O gerente regional da Compesa, Daniel Genuíno, admitiu que o abastecimento no Conjunto Jardim Petrópolis é precário porque ele foi construído em uma área alta, onde é difícil fazer a água chegar. O esquema de racionamento prevê cinco horas com água e quatro dias sem nada. Mas ele prometeu estudar alternativas para melhorar o atendimento aos moradores do bairro. "O condomínio fica no final do distrito 8-A, que é uma região de morros onde existe uma certa dificuldade para que o produto chegue", explicou.

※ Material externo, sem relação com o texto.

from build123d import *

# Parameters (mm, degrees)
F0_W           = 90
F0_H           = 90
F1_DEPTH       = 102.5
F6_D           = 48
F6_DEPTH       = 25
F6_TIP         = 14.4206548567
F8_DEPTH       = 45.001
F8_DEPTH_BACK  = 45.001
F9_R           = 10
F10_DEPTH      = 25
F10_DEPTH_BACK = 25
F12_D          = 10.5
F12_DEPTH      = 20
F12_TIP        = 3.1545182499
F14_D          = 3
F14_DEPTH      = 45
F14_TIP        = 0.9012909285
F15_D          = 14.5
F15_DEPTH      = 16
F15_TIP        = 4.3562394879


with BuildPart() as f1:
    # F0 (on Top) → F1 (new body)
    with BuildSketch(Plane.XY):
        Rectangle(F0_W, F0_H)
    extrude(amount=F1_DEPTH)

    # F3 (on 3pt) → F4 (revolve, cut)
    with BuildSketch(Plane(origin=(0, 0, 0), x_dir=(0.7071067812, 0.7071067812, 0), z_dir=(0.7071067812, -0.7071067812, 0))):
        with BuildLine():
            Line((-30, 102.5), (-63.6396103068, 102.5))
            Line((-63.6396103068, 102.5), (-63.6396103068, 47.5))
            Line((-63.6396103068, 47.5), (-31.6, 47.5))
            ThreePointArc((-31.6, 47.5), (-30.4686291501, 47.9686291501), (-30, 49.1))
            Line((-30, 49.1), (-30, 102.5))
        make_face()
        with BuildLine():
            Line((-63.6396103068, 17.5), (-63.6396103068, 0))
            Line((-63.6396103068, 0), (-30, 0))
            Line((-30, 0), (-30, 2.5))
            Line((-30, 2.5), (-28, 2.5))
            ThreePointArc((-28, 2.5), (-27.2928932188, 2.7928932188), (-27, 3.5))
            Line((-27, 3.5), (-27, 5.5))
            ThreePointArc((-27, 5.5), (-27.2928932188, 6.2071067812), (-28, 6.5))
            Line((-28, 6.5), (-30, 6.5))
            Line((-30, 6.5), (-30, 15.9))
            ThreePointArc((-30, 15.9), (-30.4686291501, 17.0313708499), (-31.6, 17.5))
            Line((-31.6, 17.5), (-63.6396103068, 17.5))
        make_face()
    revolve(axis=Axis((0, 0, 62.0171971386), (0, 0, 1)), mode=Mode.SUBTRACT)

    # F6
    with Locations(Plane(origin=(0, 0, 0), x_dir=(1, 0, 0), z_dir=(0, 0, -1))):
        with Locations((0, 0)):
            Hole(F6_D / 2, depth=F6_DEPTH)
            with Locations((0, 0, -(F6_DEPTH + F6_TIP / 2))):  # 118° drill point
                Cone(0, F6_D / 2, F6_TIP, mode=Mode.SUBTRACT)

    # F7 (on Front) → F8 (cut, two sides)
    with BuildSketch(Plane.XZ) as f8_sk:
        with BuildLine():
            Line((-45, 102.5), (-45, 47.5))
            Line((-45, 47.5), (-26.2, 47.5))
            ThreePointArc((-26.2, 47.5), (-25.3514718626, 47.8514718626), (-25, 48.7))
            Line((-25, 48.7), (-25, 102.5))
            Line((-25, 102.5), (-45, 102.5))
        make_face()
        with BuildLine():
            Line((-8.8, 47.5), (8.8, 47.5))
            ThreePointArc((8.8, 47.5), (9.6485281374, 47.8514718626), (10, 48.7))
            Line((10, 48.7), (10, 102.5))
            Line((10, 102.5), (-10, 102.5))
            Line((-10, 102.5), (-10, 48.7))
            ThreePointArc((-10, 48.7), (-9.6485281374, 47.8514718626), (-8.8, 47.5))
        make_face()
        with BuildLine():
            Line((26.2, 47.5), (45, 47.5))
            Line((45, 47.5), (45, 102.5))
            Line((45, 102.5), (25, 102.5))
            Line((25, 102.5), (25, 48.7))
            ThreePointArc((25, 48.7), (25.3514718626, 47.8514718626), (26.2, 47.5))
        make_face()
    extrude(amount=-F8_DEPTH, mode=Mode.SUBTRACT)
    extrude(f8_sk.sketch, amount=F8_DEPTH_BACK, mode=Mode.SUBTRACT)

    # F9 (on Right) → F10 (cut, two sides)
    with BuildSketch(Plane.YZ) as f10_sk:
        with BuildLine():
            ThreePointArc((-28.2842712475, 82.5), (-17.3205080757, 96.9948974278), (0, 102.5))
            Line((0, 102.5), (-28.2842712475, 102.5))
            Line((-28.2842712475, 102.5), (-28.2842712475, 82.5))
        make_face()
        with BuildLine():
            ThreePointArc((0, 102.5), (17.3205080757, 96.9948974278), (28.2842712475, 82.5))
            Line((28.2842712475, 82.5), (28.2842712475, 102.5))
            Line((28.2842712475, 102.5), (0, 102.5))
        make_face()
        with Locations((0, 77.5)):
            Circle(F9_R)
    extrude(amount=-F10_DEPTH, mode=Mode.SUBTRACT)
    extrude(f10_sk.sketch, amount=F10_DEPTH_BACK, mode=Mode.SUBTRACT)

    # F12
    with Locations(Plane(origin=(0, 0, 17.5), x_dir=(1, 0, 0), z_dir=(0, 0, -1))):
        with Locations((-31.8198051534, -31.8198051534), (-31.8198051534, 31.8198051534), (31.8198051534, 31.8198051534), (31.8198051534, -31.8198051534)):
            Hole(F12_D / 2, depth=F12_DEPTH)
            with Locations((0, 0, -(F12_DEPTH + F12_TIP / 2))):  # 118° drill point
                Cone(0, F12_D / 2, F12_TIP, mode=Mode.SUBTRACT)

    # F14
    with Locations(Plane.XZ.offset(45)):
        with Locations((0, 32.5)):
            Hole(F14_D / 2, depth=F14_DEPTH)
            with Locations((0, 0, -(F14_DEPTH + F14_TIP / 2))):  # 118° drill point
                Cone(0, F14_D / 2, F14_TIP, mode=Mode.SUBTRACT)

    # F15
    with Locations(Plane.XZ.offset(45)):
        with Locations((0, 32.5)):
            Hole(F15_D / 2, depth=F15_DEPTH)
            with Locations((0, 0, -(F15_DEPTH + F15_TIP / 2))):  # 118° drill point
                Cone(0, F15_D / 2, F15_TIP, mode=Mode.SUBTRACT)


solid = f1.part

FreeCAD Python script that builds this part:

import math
import FreeCAD as App
import Part
import Sketcher
from FreeCAD import Vector
Q = App.Units.Quantity

doc = App.newDocument("Part")
params = doc.addObject("Spreadsheet::Sheet", "Params")
for row, (alias, value) in enumerate([
    ("sketch1_width", "90 mm"),
    ("pad1_length", "102.5 mm"),
    ("sketch2_radius", "1 mm"),
    ("sketch2_radius2", "1.6 mm"),
    ("sketch2_width", "2 mm"),
    ("sketch2_height", "55 mm"),
    ("sketch2_height2", "17.5 mm"),
    ("groove_angle", "360 deg"),
    ("sketch3_diameter", "48 mm"),
    ("hole_diameter", "48 mm"),
    ("hole_depth", "25 mm"),
    ("sketch4_radius", "1.2 mm"),
    ("sketch4_width", "20 mm"),
    ("sketch4_height", "55 mm"),
    ("sketch5_diameter", "20 mm"),
    ("sketch5_radius", "30 mm"),
    ("sketch5_height", "20 mm"),
    ("sketch6_diameter", "10.5 mm"),
    ("hole2_diameter", "10.5 mm"),
    ("hole2_depth", "20 mm"),
    ("sketch7_diameter", "3 mm"),
    ("hole3_diameter", "3 mm"),
    ("hole3_depth", "45 mm"),
    ("sketch8_diameter", "14.5 mm"),
    ("hole4_diameter", "14.5 mm"),
    ("hole4_depth", "16 mm"),
], start=1):
    params.set(f"A{row}", alias)
    params.set(f"B{row}", "=" + value)
    params.setAlias(f"B{row}", alias)

body = doc.addObject("PartDesign::Body", "Body")

# Sketch on XY plane
sketch1 = body.newObject("Sketcher::SketchObject", "Sketch")
sketch1.AttachmentSupport = (doc.getObject("XY_Plane"), [""])
sketch1.MapMode = "FlatFace"
sketch1.addGeometry(Part.LineSegment(Vector(-45, 45, 0), Vector(-45, -45, 0)), False)
sketch1.addGeometry(Part.LineSegment(Vector(-45, -45, 0), Vector(45, -45, 0)), False)
sketch1.addGeometry(Part.LineSegment(Vector(45, -45, 0), Vector(45, 45, 0)), False)
sketch1.addGeometry(Part.LineSegment(Vector(45, 45, 0), Vector(-45, 45, 0)), False)
sketch1.addConstraint(Sketcher.Constraint("Coincident", 0, 2, 1, 1))
sketch1.addConstraint(Sketcher.Constraint("Coincident", 1, 2, 2, 1))
sketch1.addConstraint(Sketcher.Constraint("Coincident", 2, 2, 3, 1))
sketch1.addConstraint(Sketcher.Constraint("Coincident", 3, 2, 0, 1))
sketch1.addConstraint(Sketcher.Constraint("Vertical", 0))
sketch1.addConstraint(Sketcher.Constraint("Horizontal", 1))
sketch1.addConstraint(Sketcher.Constraint("Vertical", 2))
sketch1.addConstraint(Sketcher.Constraint("Horizontal", 3))
sketch1.addConstraint(Sketcher.Constraint("Symmetric", 0, 2, 2, 2, -1, 1))
sketch1.addConstraint(Sketcher.Constraint("Equal", 3, 0))
sketch1.addConstraint(Sketcher.Constraint("DistanceX", 1, 1, 1, 2, Q("90 mm")))
sketch1.setExpression("Constraints[10]", "Params.sketch1_width")
pad1 = body.newObject("PartDesign::Pad", "Pad")
pad1.Profile = sketch1
pad1.setExpression("Length", "Params.pad1_length")

# Sketch on an angled plane
sketch2 = body.newObject("Sketcher::SketchObject", "Sketch001")
sketch2.Placement = App.Placement(Vector(0, 0, 0), App.Rotation(Vector(0.707106781, 0.707106781, 0), Vector(0, 0, 0.999999999), Vector(0.707106781, -0.707106781, 0), "ZXY"))
sketch2.addGeometry(Part.LineSegment(Vector(-30, 102.5, 0), Vector(-63.6, 102.5, 0)), False)
sketch2.addGeometry(Part.LineSegment(Vector(-63.6, 102.5, 0), Vector(-63.6, 47.5, 0)), False)
sketch2.addGeometry(Part.LineSegment(Vector(-63.6, 47.5, 0), Vector(-31.6, 47.5, 0)), False)
sketch2.addGeometry(Part.ArcOfCircle(Part.Circle(Vector(-31.6, 49.1, 0), Vector(0, 0, 1), 1.6), math.radians(-90), math.radians(0)), False)
sketch2.addGeometry(Part.LineSegment(Vector(-30, 49.1, 0), Vector(-30, 102.5, 0)), False)
sketch2.addGeometry(Part.LineSegment(Vector(-63.6, 17.5, 0), Vector(-63.6, 0, 0)), False)
sketch2.addGeometry(Part.LineSegment(Vector(-63.6, 0, 0), Vector(-30, 0, 0)), False)
sketch2.addGeometry(Part.LineSegment(Vector(-30, 0, 0), Vector(-30, 2.5, 0)), False)
sketch2.addGeometry(Part.LineSegment(Vector(-30, 2.5, 0), Vector(-28, 2.5, 0)), False)
sketch2.addGeometry(Part.ArcOfCircle(Part.Circle(Vector(-28, 3.5, 0), Vector(0, 0, 1), 1), math.radians(-90), math.radians(0)), False)
sketch2.addGeometry(Part.LineSegment(Vector(-27, 3.5, 0), Vector(-27, 5.5, 0)), False)
sketch2.addGeometry(Part.ArcOfCircle(Part.Circle(Vector(-28, 5.5, 0), Vector(0, 0, 1), 1), math.radians(0), math.radians(90)), False)
sketch2.addGeometry(Part.LineSegment(Vector(-28, 6.5, 0), Vector(-30, 6.5, 0)), False)
sketch2.addGeometry(Part.LineSegment(Vector(-30, 6.5, 0), Vector(-30, 15.9, 0)), False)
sketch2.addGeometry(Part.ArcOfCircle(Part.Circle(Vector(-31.6, 15.9, 0), Vector(0, 0, 1), 1.6), math.radians(0), math.radians(90)), False)
sketch2.addGeometry(Part.LineSegment(Vector(-31.6, 17.5, 0), Vector(-63.6, 17.5, 0)), False)
sketch2.addConstraint(Sketcher.Constraint("Coincident", 0, 2, 1, 1))
sketch2.addConstraint(Sketcher.Constraint("Coincident", 1, 2, 2, 1))
sketch2.addConstraint(Sketcher.Constraint("Tangent", 2, 2, 3, 1))
sketch2.addConstraint(Sketcher.Constraint("Tangent", 3, 2, 4, 1))
sketch2.addConstraint(Sketcher.Constraint("Coincident", 4, 2, 0, 1))
sketch2.addConstraint(Sketcher.Constraint("Coincident", 5, 2, 6, 1))
sketch2.addConstraint(Sketcher.Constraint("Coincident", 6, 2, 7, 1))
sketch2.addConstraint(Sketcher.Constraint("Coincident", 7, 2, 8, 1))
sketch2.addConstraint(Sketcher.Constraint("Tangent", 8, 2, 9, 1))
sketch2.addConstraint(Sketcher.Constraint("Tangent", 9, 2, 10, 1))
sketch2.addConstraint(Sketcher.Constraint("Tangent", 10, 2, 11, 1))
sketch2.addConstraint(Sketcher.Constraint("Tangent", 11, 2, 12, 1))
sketch2.addConstraint(Sketcher.Constraint("Coincident", 12, 2, 13, 1))
sketch2.addConstraint(Sketcher.Constraint("Tangent", 13, 2, 14, 1))
sketch2.addConstraint(Sketcher.Constraint("Tangent", 14, 2, 15, 1))
sketch2.addConstraint(Sketcher.Constraint("Coincident", 15, 2, 5, 1))
sketch2.addConstraint(Sketcher.Constraint("Horizontal", 0))
sketch2.addConstraint(Sketcher.Constraint("Vertical", 1))
sketch2.addConstraint(Sketcher.Constraint("Horizontal", 2))
sketch2.addConstraint(Sketcher.Constraint("Vertical", 4))
sketch2.addConstraint(Sketcher.Constraint("Vertical", 5))
sketch2.addConstraint(Sketcher.Constraint("Horizontal", 6))
sketch2.addConstraint(Sketcher.Constraint("Vertical", 7))
sketch2.addConstraint(Sketcher.Constraint("Horizontal", 8))
sketch2.addConstraint(Sketcher.Constraint("Vertical", 10))
sketch2.addConstraint(Sketcher.Constraint("Horizontal", 12))
sketch2.addConstraint(Sketcher.Constraint("Vertical", 13))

Como apenas cinco dos 16 blocos estão se queixando da falta de água, ele acredita que se trata de um "problema localizado". O diretor garantiu que uma equipe técnica da Compesa vai rastrear toda tubulação que serve ao conjunto residencial para tentar identificar a causa do problema. Ainda hoje, será instalado um medidor de pressão na rede para conferir o período que a água está chegando. "Nossas equipes vão trabalhar, amanhã (hoje), no local para descobrir o que está acontecendo. Tudo leva a crer que é um problema isolado dos cinco blocos", opinou.

Daniel Genuíno disse ainda que uma das alternativas para melhorar o abastecimento do conjunto é utilizar água da Estação Elevatória de Macacos, localizada por trás da Universidade Federal Rural de Pernambuco, em Dois Irmãos. "Vamos fazer uma manobra para tentar aumentar a pressão da água que vai para o Conjunto Jardim Petrópolis", disse.

A assessoria de Imprensa da Compesa informou que o representante da empresa que deveria ter ido à audiência no Juizado de Relações de Consumo, dia 12, é o diretor Fábio Lins. De acordo com a assessoria, ele foi ao local, mas chegou atrasado porque estava verificando alguns problemas causados à rede de abastecimento pelas chuvas que caíram na madrugada daquele dia.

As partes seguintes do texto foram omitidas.